### Work to be completed
Only the lines below starting at the one that contains "f 133 132 146" and ending at the one that contains "f 183 64 185" are to be reproduced, exactly and with both ends kept.

### Dataset items
————————

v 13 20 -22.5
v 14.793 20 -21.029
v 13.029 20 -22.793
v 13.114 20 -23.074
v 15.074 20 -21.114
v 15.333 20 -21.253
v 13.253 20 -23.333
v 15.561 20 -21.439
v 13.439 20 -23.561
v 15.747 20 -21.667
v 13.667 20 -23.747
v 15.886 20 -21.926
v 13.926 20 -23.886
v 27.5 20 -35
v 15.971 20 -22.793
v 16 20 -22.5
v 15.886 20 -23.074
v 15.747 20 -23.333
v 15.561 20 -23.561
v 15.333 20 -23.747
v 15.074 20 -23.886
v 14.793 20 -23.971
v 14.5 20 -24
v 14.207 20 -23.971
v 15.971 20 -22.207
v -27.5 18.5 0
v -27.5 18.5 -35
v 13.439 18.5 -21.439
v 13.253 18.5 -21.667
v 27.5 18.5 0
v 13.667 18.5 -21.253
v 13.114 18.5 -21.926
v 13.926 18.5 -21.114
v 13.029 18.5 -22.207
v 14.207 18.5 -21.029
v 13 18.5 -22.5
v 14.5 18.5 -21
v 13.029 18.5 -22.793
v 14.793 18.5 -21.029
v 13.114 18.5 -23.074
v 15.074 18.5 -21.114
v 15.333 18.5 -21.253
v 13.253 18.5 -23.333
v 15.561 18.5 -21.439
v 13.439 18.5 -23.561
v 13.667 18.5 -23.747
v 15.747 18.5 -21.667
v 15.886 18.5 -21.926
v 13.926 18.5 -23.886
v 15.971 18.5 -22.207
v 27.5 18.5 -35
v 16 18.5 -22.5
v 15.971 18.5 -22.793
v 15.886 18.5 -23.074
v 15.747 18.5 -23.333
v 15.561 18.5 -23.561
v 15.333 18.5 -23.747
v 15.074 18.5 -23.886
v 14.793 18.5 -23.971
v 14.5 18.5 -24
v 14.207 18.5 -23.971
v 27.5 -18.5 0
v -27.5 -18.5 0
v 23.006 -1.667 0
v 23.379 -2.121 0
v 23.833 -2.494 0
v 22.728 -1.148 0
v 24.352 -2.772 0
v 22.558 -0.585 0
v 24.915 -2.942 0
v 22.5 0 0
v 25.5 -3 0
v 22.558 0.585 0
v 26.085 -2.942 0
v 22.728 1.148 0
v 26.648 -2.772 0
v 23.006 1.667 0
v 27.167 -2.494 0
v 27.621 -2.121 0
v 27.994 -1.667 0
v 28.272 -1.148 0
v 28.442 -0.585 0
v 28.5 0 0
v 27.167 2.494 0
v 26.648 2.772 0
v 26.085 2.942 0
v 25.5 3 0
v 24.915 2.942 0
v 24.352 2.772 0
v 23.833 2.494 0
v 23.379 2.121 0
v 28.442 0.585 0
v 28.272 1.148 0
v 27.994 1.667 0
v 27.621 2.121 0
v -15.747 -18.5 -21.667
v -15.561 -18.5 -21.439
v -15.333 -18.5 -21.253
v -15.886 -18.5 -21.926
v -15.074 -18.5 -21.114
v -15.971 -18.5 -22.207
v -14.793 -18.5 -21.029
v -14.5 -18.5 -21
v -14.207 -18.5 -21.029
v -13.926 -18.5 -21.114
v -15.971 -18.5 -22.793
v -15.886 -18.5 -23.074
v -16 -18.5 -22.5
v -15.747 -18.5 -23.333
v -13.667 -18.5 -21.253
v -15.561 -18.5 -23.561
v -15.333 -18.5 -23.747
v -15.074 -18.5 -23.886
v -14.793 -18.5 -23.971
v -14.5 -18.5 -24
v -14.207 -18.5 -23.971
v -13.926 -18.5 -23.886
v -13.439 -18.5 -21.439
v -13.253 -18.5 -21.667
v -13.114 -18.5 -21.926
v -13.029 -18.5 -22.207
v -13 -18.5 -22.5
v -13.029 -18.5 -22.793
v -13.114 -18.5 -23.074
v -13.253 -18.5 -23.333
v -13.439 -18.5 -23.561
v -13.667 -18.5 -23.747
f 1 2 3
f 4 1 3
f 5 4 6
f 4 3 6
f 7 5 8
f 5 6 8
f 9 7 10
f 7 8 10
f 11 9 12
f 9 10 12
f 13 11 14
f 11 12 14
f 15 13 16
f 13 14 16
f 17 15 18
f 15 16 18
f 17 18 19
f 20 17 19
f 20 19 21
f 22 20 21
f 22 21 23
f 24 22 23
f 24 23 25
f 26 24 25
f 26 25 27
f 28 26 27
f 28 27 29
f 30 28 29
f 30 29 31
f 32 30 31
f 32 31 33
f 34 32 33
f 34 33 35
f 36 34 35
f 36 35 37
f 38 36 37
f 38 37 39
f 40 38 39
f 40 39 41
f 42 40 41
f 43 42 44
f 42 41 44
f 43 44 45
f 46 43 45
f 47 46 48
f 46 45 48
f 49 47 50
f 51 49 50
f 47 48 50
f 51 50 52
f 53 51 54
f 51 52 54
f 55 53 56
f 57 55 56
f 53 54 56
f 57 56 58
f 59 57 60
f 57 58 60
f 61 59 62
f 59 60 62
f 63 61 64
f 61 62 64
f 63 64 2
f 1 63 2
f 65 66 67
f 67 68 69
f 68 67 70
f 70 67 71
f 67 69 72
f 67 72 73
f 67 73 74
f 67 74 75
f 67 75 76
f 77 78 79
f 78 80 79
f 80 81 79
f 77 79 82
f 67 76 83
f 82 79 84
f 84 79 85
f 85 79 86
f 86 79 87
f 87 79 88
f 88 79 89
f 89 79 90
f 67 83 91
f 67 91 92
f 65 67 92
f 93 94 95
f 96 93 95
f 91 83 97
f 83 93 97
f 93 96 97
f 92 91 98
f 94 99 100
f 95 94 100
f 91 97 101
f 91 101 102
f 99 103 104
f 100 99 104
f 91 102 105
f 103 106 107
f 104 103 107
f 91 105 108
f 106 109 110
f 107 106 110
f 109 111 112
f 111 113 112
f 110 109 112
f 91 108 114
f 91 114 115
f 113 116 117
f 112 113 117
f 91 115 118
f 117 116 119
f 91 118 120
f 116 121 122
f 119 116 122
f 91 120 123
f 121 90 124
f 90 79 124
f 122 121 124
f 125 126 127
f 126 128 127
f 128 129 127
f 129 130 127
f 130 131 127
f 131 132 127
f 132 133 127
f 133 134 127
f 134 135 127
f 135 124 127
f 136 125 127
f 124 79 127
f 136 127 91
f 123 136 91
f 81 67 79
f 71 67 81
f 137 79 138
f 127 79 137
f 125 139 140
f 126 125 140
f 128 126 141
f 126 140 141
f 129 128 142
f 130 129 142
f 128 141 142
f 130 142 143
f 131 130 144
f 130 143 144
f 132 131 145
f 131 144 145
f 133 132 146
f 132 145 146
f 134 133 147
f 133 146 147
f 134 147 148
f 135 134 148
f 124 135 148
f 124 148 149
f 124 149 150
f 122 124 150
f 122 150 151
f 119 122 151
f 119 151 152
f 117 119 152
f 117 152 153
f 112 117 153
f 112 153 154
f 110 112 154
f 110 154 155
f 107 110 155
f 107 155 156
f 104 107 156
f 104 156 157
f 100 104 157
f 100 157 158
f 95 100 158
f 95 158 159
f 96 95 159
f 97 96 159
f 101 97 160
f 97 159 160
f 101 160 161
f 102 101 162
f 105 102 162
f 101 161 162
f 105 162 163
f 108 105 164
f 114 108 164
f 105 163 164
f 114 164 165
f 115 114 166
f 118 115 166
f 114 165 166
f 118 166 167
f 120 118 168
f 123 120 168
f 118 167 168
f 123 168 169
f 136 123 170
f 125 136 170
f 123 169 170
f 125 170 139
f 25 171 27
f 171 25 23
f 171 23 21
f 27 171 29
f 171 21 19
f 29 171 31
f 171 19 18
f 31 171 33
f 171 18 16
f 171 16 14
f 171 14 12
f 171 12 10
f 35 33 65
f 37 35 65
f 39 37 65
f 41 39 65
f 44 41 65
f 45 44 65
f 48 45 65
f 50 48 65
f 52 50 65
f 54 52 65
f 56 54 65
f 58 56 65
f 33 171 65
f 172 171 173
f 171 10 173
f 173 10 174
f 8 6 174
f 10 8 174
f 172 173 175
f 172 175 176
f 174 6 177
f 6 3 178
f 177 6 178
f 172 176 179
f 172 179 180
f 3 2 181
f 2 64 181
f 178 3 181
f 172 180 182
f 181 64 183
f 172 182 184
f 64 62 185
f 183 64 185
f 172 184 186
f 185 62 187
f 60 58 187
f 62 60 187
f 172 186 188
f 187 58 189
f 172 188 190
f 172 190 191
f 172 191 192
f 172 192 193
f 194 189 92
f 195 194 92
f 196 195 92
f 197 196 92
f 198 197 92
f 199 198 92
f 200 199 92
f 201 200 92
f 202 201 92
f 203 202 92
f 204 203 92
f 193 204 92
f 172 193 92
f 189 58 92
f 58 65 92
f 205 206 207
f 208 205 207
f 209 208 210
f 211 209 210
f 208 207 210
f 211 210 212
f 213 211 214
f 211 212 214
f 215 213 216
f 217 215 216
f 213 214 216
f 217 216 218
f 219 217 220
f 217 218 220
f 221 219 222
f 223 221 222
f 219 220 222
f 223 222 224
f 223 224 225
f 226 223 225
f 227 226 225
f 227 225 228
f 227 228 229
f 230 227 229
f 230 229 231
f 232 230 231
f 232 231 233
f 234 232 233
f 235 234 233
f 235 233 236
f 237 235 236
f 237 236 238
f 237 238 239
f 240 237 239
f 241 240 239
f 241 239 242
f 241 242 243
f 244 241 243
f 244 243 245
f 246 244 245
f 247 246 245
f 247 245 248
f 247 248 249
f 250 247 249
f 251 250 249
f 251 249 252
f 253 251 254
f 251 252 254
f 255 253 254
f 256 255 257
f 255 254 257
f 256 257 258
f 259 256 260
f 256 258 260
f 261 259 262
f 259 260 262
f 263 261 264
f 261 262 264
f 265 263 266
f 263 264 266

————————

### Result of this task
f 133 132 146
f 132 145 146
f 134 133 147
f 133 146 147
f 134 147 148
f 135 134 148
f 124 135 148
f 124 148 149
f 124 149 150
f 122 124 150
f 122 150 151
f 119 122 151
f 119 151 152
f 117 119 152
f 117 152 153
f 112 117 153
f 112 153 154
f 110 112 154
f 110 154 155
f 107 110 155
f 107 155 156
f 104 107 156
f 104 156 157
f 100 104 157
f 100 157 158
f 95 100 158
f 95 158 159
f 96 95 159
f 97 96 159
f 101 97 160
f 97 159 160
f 101 160 161
f 102 101 162
f 105 102 162
f 101 161 162
f 105 162 163
f 108 105 164
f 114 108 164
f 105 163 164
f 114 164 165
f 115 114 166
f 118 115 166
f 114 165 166
f 118 166 167
f 120 118 168
f 123 120 168
f 118 167 168
f 123 168 169
f 136 123 170
f 125 136 170
f 123 169 170
f 125 170 139
f 25 171 27
f 171 25 23
f 171 23 21
f 27 171 29
f 171 21 19
f 29 171 31
f 171 19 18
f 31 171 33
f 171 18 16
f 171 16 14
f 171 14 12
f 171 12 10
f 35 33 65
f 37 35 65
f 39 37 65
f 41 39 65
f 44 41 65
f 45 44 65
f 48 45 65
f 50 48 65
f 52 50 65
f 54 52 65
f 56 54 65
f 58 56 65
f 33 171 65
f 172 171 173
f 171 10 173
f 173 10 174
f 8 6 174
f 10 8 174
f 172 173 175
f 172 175 176
f 174 6 177
f 6 3 178
f 177 6 178
f 172 176 179
f 172 179 180
f 3 2 181
f 2 64 181
f 178 3 181
f 172 180 182
f 181 64 183
f 172 182 184
f 64 62 185
f 183 64 185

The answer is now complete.